*** Records supplied Section Begins ***

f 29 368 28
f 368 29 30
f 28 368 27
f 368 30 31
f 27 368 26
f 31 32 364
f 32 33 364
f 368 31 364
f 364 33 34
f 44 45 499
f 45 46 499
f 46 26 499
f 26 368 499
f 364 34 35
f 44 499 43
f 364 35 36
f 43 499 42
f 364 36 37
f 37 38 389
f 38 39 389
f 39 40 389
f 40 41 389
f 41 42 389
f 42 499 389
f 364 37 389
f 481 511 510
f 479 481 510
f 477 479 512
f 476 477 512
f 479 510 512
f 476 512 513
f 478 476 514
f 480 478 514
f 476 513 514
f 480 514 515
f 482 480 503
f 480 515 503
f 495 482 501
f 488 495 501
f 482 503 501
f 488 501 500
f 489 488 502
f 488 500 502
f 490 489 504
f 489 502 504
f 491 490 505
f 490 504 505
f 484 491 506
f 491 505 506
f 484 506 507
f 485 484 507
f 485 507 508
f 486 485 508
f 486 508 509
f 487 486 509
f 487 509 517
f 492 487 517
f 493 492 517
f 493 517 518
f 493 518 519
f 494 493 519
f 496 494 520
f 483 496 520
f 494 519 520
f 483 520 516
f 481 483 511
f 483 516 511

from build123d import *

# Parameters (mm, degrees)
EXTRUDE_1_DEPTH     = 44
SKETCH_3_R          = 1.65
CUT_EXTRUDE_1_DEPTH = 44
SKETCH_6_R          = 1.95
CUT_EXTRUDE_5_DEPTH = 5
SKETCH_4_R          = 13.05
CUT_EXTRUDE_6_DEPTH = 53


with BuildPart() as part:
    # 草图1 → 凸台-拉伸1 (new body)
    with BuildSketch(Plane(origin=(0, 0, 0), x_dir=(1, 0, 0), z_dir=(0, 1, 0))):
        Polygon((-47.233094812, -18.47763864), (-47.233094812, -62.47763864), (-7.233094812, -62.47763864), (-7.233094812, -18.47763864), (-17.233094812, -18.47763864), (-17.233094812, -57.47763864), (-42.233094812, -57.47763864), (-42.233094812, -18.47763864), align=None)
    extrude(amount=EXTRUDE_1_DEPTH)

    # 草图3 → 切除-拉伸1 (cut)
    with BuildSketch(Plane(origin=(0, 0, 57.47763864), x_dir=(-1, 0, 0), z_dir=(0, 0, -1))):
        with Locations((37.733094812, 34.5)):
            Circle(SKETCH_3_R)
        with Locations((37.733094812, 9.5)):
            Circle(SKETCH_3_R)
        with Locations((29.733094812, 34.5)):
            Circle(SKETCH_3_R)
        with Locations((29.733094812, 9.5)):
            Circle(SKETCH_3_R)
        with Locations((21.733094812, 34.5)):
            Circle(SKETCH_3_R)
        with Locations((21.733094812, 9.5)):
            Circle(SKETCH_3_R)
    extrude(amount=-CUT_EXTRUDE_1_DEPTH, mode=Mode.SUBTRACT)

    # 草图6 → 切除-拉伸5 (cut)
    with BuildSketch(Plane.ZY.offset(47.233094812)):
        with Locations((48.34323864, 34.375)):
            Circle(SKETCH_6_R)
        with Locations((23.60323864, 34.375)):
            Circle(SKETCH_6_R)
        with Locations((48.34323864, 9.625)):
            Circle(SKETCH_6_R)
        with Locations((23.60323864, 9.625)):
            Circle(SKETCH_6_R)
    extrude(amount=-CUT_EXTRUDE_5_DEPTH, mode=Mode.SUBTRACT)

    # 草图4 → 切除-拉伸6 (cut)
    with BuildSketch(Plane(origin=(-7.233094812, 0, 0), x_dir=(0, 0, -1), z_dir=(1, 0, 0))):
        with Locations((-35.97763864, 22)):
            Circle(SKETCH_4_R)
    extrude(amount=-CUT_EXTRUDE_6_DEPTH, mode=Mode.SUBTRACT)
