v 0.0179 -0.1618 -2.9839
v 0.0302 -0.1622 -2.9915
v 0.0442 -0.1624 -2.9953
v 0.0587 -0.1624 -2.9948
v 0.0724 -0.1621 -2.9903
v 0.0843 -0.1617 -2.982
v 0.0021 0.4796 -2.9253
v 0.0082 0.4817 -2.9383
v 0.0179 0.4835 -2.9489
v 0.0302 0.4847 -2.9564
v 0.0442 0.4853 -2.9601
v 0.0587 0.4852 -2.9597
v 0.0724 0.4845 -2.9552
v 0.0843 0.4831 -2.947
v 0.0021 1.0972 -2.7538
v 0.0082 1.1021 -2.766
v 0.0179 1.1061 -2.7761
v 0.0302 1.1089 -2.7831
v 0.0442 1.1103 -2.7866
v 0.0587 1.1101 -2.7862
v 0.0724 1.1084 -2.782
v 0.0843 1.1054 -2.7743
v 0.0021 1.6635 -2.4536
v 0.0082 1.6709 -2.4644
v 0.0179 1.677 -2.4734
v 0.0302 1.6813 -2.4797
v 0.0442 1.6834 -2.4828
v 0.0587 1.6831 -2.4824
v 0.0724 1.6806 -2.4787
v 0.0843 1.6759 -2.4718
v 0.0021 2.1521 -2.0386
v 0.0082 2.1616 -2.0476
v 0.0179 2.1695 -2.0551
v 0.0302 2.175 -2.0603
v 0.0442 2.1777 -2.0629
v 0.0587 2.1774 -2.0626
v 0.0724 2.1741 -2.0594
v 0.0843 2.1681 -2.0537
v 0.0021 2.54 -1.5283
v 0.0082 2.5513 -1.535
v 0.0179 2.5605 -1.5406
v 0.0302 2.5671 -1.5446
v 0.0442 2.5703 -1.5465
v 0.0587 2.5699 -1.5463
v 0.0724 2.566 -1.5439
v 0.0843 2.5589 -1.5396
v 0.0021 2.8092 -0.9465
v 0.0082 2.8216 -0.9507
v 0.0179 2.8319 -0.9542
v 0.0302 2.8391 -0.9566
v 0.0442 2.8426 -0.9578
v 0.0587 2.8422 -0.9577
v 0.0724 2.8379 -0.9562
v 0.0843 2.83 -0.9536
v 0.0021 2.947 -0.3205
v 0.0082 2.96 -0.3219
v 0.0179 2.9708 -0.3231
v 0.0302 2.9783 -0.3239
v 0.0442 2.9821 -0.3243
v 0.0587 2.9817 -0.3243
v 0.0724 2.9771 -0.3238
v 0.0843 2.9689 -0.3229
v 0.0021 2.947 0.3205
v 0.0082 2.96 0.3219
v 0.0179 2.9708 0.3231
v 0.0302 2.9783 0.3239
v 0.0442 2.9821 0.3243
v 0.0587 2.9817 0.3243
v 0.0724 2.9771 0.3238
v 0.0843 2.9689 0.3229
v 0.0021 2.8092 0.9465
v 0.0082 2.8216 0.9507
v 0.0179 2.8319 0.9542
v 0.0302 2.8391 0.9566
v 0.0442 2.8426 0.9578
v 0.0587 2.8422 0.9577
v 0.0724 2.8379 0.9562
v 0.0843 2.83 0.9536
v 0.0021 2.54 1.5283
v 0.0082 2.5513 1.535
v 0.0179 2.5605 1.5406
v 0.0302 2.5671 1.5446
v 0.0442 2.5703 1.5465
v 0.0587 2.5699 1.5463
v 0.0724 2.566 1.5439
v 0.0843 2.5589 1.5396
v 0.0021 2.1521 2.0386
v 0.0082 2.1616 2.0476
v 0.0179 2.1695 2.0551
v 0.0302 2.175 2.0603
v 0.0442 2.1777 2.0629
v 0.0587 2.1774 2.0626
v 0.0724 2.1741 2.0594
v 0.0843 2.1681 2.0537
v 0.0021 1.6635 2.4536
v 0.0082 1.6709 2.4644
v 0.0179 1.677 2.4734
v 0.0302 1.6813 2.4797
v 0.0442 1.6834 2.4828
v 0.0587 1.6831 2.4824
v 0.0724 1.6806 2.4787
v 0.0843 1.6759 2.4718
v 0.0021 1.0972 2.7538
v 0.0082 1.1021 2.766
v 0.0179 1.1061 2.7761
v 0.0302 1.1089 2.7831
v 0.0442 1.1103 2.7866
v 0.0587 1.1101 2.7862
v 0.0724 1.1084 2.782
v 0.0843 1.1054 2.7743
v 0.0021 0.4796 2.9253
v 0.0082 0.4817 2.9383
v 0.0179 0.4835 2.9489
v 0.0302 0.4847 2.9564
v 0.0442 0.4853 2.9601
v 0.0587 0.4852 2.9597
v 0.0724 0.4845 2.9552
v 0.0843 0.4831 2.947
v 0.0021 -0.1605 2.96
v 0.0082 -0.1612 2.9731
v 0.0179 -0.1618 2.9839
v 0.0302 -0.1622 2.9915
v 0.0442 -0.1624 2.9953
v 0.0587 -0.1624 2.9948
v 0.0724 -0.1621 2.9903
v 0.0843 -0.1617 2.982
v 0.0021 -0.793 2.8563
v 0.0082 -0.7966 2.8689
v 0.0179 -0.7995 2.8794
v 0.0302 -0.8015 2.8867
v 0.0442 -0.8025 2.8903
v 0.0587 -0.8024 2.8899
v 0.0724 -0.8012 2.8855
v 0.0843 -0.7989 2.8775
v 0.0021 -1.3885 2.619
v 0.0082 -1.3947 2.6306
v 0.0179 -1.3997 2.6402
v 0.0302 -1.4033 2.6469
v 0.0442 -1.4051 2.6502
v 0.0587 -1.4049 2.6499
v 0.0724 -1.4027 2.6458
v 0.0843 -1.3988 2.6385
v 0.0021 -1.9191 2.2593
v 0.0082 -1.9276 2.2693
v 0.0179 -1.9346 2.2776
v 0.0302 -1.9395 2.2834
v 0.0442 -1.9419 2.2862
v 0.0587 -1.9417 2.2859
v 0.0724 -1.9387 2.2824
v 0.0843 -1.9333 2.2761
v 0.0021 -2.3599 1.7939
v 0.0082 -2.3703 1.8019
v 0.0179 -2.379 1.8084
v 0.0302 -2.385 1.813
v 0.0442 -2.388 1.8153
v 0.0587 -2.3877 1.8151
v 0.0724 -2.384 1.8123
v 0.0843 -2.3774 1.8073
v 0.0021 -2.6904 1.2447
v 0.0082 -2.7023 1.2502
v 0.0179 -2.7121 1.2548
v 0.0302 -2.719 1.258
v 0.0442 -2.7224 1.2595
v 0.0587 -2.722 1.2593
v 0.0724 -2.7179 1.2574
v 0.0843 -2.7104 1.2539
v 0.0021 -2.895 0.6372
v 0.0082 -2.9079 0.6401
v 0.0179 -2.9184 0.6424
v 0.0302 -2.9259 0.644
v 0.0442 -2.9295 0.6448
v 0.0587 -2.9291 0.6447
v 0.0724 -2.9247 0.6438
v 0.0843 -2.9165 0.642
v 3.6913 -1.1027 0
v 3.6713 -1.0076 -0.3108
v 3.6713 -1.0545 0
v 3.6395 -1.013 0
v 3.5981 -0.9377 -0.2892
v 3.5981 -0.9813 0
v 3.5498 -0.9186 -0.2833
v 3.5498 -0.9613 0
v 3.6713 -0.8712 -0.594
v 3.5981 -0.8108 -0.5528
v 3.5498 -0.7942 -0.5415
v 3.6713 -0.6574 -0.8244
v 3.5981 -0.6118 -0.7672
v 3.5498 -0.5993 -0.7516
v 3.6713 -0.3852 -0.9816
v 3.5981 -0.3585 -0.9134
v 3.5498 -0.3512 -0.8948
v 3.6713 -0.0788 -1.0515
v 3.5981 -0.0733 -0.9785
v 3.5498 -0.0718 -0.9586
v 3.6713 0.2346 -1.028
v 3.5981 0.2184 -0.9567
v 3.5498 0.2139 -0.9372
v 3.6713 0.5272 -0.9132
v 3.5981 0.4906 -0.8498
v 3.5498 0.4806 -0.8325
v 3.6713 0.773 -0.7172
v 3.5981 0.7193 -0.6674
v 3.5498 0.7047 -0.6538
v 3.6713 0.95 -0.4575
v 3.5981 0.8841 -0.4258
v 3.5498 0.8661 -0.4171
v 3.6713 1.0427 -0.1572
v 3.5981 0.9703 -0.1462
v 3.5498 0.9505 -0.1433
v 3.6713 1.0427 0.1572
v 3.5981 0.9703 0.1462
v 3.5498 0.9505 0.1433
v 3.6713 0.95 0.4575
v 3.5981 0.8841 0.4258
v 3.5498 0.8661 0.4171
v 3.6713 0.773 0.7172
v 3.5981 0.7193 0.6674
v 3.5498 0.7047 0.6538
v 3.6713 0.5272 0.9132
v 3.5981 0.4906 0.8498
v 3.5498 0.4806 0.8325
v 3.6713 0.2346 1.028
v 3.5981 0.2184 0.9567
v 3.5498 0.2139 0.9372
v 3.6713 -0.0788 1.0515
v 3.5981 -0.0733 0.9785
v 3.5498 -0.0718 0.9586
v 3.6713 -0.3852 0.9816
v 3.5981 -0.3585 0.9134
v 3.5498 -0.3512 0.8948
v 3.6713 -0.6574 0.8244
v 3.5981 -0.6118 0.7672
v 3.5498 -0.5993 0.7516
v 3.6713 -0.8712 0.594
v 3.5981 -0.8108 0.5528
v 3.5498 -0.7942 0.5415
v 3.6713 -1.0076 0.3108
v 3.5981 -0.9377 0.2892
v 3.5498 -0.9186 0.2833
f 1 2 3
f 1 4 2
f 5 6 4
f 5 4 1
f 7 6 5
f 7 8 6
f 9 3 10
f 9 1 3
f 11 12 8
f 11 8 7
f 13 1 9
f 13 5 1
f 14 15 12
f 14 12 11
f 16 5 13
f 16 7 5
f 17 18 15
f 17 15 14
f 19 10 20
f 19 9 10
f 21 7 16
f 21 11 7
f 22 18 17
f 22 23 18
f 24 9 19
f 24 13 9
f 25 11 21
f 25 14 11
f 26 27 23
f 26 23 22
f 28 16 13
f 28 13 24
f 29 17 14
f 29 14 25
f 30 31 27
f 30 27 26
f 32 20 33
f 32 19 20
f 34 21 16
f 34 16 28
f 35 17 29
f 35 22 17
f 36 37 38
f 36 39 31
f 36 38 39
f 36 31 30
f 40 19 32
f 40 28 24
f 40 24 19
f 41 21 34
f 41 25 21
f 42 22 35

*** Records supplied Section Ends ***

From the listing above, repeat exactly the lines starting at the line that includes "v 0.0021 -2.6904 1.2447" and ending at the line that includes "v 3.6713 -1.0076 0.3108", with nothing outside that span.

- **Completed exercise**:
v 0.0021 -2.6904 1.2447
v 0.0082 -2.7023 1.2502
v 0.0179 -2.7121 1.2548
v 0.0302 -2.719 1.258
v 0.0442 -2.7224 1.2595
v 0.0587 -2.722 1.2593
v 0.0724 -2.7179 1.2574
v 0.0843 -2.7104 1.2539
v 0.0021 -2.895 0.6372
v 0.0082 -2.9079 0.6401
v 0.0179 -2.9184 0.6424
v 0.0302 -2.9259 0.644
v 0.0442 -2.9295 0.6448
v 0.0587 -2.9291 0.6447
v 0.0724 -2.9247 0.6438
v 0.0843 -2.9165 0.642
v 3.6913 -1.1027 0
v 3.6713 -1.0076 -0.3108
v 3.6713 -1.0545 0
v 3.6395 -1.013 0
v 3.5981 -0.9377 -0.2892
v 3.5981 -0.9813 0
v 3.5498 -0.9186 -0.2833
v 3.5498 -0.9613 0
v 3.6713 -0.8712 -0.594
v 3.5981 -0.8108 -0.5528
v 3.5498 -0.7942 -0.5415
v 3.6713 -0.6574 -0.8244
v 3.5981 -0.6118 -0.7672
v 3.5498 -0.5993 -0.7516
v 3.6713 -0.3852 -0.9816
v 3.5981 -0.3585 -0.9134
v 3.5498 -0.3512 -0.8948
v 3.6713 -0.0788 -1.0515
v 3.5981 -0.0733 -0.9785
v 3.5498 -0.0718 -0.9586
v 3.6713 0.2346 -1.028
v 3.5981 0.2184 -0.9567
v 3.5498 0.2139 -0.9372
v 3.6713 0.5272 -0.9132
v 3.5981 0.4906 -0.8498
v 3.5498 0.4806 -0.8325
v 3.6713 0.773 -0.7172
v 3.5981 0.7193 -0.6674
v 3.5498 0.7047 -0.6538
v 3.6713 0.95 -0.4575
v 3.5981 0.8841 -0.4258
v 3.5498 0.8661 -0.4171
v 3.6713 1.0427 -0.1572
v 3.5981 0.9703 -0.1462
v 3.5498 0.9505 -0.1433
v 3.6713 1.0427 0.1572
v 3.5981 0.9703 0.1462
v 3.5498 0.9505 0.1433
v 3.6713 0.95 0.4575
v 3.5981 0.8841 0.4258
v 3.5498 0.8661 0.4171
v 3.6713 0.773 0.7172
v 3.5981 0.7193 0.6674
v 3.5498 0.7047 0.6538
v 3.6713 0.5272 0.9132
v 3.5981 0.4906 0.8498
v 3.5498 0.4806 0.8325
v 3.6713 0.2346 1.028
v 3.5981 0.2184 0.9567
v 3.5498 0.2139 0.9372
v 3.6713 -0.0788 1.0515
v 3.5981 -0.0733 0.9785
v 3.5498 -0.0718 0.9586
v 3.6713 -0.3852 0.9816
v 3.5981 -0.3585 0.9134
v 3.5498 -0.3512 0.8948
v 3.6713 -0.6574 0.8244
v 3.5981 -0.6118 0.7672
v 3.5498 -0.5993 0.7516
v 3.6713 -0.8712 0.594
v 3.5981 -0.8108 0.5528
v 3.5498 -0.7942 0.5415
v 3.6713 -1.0076 0.3108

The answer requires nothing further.